▶ [EXERCISE PROMPT]: From the records below, take each line where the string "ThreePointArc" shows up and copy it.

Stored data

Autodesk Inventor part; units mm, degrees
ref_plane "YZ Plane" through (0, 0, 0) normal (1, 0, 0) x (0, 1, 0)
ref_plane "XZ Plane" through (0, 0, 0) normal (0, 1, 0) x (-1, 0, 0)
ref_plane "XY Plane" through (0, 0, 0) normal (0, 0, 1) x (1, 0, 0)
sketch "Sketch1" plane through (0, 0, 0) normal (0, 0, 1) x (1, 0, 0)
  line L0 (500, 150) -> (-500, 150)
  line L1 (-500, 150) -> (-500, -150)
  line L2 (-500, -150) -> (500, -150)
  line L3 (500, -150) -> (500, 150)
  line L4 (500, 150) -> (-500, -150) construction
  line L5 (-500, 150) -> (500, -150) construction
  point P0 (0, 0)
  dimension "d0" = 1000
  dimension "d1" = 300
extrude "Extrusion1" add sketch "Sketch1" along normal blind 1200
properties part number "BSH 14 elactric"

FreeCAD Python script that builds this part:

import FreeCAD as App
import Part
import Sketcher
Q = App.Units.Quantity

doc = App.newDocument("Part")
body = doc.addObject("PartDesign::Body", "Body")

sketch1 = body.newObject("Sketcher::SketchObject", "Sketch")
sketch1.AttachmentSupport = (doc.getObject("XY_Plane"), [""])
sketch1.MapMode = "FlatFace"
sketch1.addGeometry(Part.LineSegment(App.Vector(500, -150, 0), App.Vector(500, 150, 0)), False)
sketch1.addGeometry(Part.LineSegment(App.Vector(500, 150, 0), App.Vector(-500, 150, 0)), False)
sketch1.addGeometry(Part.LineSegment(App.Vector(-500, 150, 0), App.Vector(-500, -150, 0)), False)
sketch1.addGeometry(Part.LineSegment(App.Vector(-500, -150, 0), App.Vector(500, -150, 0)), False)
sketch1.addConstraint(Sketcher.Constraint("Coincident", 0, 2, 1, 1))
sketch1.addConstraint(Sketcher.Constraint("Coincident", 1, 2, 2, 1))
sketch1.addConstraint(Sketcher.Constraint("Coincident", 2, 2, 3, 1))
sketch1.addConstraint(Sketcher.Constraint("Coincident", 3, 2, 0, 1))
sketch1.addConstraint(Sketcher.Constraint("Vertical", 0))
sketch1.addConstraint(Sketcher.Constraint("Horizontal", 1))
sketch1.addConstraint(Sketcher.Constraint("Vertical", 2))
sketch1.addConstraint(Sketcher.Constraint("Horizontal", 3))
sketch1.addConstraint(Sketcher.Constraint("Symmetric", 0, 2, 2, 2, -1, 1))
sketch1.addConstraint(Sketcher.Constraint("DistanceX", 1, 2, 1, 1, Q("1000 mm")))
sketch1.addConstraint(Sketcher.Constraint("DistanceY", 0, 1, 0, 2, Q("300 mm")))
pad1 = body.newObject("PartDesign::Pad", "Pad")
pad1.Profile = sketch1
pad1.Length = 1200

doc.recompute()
---
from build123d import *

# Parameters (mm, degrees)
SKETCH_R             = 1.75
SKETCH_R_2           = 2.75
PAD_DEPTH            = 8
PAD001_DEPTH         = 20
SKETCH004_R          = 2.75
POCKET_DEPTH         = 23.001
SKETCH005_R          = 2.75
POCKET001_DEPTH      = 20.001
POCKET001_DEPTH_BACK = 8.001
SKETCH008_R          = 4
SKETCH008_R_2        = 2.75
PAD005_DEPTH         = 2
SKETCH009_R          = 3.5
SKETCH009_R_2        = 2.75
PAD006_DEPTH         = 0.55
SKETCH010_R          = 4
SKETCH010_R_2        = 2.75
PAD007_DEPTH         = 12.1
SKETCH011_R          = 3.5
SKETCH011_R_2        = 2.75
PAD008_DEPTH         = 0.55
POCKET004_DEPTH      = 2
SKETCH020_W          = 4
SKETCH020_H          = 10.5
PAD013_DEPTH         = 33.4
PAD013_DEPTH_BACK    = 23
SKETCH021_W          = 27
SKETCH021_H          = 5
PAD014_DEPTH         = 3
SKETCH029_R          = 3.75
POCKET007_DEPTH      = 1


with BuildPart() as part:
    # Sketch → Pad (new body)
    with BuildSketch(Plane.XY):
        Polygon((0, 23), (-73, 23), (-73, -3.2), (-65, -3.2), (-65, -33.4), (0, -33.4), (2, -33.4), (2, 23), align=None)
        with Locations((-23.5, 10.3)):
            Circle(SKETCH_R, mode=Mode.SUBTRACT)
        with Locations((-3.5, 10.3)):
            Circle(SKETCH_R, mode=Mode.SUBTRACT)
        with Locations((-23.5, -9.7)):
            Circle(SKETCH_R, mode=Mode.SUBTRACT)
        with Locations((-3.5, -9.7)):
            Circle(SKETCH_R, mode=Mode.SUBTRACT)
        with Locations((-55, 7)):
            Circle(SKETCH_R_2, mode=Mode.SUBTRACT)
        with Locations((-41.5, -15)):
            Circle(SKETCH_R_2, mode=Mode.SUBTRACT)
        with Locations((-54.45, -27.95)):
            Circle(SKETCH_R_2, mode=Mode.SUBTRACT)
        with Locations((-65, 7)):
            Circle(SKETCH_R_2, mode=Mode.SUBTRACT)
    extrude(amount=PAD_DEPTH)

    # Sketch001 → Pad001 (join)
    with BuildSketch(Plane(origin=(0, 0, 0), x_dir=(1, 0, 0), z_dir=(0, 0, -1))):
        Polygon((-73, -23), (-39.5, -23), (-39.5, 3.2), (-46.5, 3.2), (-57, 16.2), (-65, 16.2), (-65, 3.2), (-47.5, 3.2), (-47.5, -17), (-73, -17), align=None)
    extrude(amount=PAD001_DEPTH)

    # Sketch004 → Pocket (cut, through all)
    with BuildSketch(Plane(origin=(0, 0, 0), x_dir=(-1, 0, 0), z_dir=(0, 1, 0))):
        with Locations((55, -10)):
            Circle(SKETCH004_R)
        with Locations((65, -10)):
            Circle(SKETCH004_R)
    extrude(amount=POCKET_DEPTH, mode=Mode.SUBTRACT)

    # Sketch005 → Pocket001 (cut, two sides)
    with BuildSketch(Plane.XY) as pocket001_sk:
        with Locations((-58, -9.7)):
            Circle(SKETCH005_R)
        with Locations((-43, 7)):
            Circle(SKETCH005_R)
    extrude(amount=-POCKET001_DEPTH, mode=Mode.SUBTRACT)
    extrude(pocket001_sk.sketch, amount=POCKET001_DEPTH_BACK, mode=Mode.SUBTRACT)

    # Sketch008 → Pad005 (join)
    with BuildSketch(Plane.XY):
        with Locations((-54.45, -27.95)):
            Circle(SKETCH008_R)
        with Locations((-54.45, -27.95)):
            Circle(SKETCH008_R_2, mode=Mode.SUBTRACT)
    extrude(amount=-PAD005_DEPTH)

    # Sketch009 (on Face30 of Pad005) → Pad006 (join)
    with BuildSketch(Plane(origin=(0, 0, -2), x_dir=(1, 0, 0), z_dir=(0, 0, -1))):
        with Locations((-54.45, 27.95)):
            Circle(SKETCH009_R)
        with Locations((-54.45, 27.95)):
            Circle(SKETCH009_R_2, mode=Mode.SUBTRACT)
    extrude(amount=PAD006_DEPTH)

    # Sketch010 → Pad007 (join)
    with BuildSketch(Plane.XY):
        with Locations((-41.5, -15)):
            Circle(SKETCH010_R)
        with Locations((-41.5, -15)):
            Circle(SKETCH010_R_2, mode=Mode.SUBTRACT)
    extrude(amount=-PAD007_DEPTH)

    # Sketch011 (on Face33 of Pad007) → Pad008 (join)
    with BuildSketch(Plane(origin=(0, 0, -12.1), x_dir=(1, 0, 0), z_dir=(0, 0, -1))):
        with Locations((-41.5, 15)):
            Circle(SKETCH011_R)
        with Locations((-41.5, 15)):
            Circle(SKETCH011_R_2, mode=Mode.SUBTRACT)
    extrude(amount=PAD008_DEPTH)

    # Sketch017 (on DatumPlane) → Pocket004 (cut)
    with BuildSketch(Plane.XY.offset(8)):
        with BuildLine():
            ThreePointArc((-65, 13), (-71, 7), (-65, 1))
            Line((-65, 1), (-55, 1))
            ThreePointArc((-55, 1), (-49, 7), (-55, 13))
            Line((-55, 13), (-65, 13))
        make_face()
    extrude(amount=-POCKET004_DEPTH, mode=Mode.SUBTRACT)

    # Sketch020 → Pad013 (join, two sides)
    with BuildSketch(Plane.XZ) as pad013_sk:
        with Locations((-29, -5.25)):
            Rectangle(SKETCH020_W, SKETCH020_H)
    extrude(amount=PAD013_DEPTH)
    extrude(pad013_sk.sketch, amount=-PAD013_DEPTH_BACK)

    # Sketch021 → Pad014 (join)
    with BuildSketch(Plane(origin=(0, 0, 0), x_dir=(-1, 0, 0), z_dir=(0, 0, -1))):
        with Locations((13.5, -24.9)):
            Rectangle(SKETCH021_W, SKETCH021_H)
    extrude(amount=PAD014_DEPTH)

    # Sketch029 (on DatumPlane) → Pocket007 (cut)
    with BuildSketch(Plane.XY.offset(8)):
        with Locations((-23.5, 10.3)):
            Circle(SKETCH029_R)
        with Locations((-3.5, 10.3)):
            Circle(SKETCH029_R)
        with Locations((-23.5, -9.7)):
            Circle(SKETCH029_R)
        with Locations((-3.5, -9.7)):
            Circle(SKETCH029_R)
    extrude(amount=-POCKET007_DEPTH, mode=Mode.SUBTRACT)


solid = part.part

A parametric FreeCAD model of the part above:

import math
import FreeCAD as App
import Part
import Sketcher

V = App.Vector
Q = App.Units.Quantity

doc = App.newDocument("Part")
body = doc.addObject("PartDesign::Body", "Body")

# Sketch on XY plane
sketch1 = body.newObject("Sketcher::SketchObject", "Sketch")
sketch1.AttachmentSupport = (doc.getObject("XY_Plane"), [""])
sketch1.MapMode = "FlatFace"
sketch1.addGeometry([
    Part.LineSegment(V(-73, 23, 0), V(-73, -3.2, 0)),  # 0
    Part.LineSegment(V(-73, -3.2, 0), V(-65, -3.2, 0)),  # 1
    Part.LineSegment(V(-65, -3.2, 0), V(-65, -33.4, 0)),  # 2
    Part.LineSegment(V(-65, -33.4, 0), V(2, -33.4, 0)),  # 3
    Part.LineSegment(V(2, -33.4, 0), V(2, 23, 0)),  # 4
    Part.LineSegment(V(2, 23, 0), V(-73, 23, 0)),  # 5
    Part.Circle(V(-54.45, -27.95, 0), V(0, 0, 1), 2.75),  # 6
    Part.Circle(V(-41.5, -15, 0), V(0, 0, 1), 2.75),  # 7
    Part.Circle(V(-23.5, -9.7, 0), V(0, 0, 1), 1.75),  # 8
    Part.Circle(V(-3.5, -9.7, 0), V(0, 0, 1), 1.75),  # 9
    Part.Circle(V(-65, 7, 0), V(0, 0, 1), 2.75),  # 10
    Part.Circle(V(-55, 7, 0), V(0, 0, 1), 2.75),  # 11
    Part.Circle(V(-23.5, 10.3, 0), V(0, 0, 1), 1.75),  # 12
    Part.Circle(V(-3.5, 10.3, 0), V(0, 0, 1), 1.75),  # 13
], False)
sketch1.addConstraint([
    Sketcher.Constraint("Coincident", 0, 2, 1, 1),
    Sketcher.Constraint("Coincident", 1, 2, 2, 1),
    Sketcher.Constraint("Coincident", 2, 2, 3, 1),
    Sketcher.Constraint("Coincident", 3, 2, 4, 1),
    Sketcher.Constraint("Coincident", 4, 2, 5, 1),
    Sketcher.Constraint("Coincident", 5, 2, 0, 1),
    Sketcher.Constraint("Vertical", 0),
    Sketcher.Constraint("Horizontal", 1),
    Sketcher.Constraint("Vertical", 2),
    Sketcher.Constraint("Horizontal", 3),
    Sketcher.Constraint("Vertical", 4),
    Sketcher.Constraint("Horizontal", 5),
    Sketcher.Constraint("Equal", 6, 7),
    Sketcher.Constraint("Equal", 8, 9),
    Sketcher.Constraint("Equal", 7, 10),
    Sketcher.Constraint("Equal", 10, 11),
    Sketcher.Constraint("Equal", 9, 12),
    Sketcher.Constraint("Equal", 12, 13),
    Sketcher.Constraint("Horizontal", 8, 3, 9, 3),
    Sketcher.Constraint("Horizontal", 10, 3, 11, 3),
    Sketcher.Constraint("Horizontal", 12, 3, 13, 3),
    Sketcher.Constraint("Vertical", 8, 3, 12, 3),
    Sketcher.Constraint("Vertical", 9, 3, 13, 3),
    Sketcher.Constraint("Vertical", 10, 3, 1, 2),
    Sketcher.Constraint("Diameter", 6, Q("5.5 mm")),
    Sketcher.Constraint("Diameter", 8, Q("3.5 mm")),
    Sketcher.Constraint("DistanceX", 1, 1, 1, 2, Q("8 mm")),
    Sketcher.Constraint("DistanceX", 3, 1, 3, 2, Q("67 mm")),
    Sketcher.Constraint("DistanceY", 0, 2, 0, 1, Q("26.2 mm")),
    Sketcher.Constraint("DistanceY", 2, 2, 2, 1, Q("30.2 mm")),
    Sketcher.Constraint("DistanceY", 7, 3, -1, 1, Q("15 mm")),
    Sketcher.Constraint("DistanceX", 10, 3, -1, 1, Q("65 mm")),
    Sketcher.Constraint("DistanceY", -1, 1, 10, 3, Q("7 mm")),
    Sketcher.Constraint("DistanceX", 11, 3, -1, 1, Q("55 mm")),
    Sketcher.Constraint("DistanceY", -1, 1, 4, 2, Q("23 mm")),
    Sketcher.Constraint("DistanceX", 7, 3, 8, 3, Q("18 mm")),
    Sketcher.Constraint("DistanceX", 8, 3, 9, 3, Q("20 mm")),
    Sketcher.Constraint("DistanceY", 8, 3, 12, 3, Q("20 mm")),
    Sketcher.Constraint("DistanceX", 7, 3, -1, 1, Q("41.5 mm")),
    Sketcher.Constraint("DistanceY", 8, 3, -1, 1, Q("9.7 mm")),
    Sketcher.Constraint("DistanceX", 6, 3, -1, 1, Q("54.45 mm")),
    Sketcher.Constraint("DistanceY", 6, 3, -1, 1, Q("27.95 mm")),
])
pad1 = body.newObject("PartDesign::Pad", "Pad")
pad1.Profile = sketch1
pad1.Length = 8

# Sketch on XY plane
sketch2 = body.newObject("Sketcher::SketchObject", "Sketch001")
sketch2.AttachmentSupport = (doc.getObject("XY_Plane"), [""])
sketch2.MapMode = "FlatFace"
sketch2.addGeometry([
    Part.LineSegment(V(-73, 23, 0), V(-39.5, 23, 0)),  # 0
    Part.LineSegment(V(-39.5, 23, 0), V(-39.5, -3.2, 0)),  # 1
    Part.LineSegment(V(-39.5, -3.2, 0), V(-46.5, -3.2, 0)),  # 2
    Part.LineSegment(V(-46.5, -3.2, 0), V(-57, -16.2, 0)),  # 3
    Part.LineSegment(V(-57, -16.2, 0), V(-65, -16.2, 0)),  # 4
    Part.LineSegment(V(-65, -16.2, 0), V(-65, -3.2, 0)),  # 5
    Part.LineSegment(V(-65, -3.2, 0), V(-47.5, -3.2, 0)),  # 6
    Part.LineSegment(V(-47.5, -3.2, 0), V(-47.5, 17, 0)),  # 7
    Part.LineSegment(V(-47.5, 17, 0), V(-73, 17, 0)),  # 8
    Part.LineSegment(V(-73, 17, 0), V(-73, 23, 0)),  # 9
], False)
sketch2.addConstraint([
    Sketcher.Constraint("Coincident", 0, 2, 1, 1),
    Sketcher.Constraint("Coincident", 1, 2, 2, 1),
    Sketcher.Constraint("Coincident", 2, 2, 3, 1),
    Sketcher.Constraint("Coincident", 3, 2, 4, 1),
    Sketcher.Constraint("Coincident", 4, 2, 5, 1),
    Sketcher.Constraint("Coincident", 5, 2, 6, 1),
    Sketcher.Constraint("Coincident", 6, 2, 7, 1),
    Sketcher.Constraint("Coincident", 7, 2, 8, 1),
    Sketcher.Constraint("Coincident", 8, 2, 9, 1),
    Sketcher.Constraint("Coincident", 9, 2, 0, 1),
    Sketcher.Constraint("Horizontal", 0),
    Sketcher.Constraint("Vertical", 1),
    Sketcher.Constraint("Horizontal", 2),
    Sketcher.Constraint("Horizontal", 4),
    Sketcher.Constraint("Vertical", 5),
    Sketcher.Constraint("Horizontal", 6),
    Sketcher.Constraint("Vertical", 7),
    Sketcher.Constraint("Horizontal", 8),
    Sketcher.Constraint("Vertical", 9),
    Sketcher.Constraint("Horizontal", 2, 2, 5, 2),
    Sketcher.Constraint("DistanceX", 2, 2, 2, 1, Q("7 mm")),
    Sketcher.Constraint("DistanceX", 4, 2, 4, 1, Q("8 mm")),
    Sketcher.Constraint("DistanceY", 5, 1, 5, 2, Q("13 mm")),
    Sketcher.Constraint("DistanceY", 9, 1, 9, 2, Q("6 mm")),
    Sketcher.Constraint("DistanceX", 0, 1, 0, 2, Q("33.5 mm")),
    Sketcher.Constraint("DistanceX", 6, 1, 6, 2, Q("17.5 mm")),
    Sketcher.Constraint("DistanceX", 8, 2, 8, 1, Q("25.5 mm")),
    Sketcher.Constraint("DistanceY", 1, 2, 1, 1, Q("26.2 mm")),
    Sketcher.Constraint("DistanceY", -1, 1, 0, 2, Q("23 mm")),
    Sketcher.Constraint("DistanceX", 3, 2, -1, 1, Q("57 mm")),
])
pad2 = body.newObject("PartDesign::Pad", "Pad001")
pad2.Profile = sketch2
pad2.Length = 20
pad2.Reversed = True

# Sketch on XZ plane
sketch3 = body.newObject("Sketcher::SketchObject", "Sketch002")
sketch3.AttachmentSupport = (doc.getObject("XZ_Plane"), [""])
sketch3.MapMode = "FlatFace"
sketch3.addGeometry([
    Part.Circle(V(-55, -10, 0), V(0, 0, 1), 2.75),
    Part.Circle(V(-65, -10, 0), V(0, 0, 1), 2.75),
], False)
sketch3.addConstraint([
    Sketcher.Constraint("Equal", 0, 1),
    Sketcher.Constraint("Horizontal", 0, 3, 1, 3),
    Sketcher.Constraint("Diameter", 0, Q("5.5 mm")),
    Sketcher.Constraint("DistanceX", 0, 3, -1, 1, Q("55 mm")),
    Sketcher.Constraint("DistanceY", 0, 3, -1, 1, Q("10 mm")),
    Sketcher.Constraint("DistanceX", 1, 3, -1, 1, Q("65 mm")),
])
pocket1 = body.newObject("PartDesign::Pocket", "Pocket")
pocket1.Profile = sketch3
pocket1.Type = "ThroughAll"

▶ [RESPONSE AREA]:
            ThreePointArc((-65, 13), (-71, 7), (-65, 1))
            ThreePointArc((-55, 1), (-49, 7), (-55, 13))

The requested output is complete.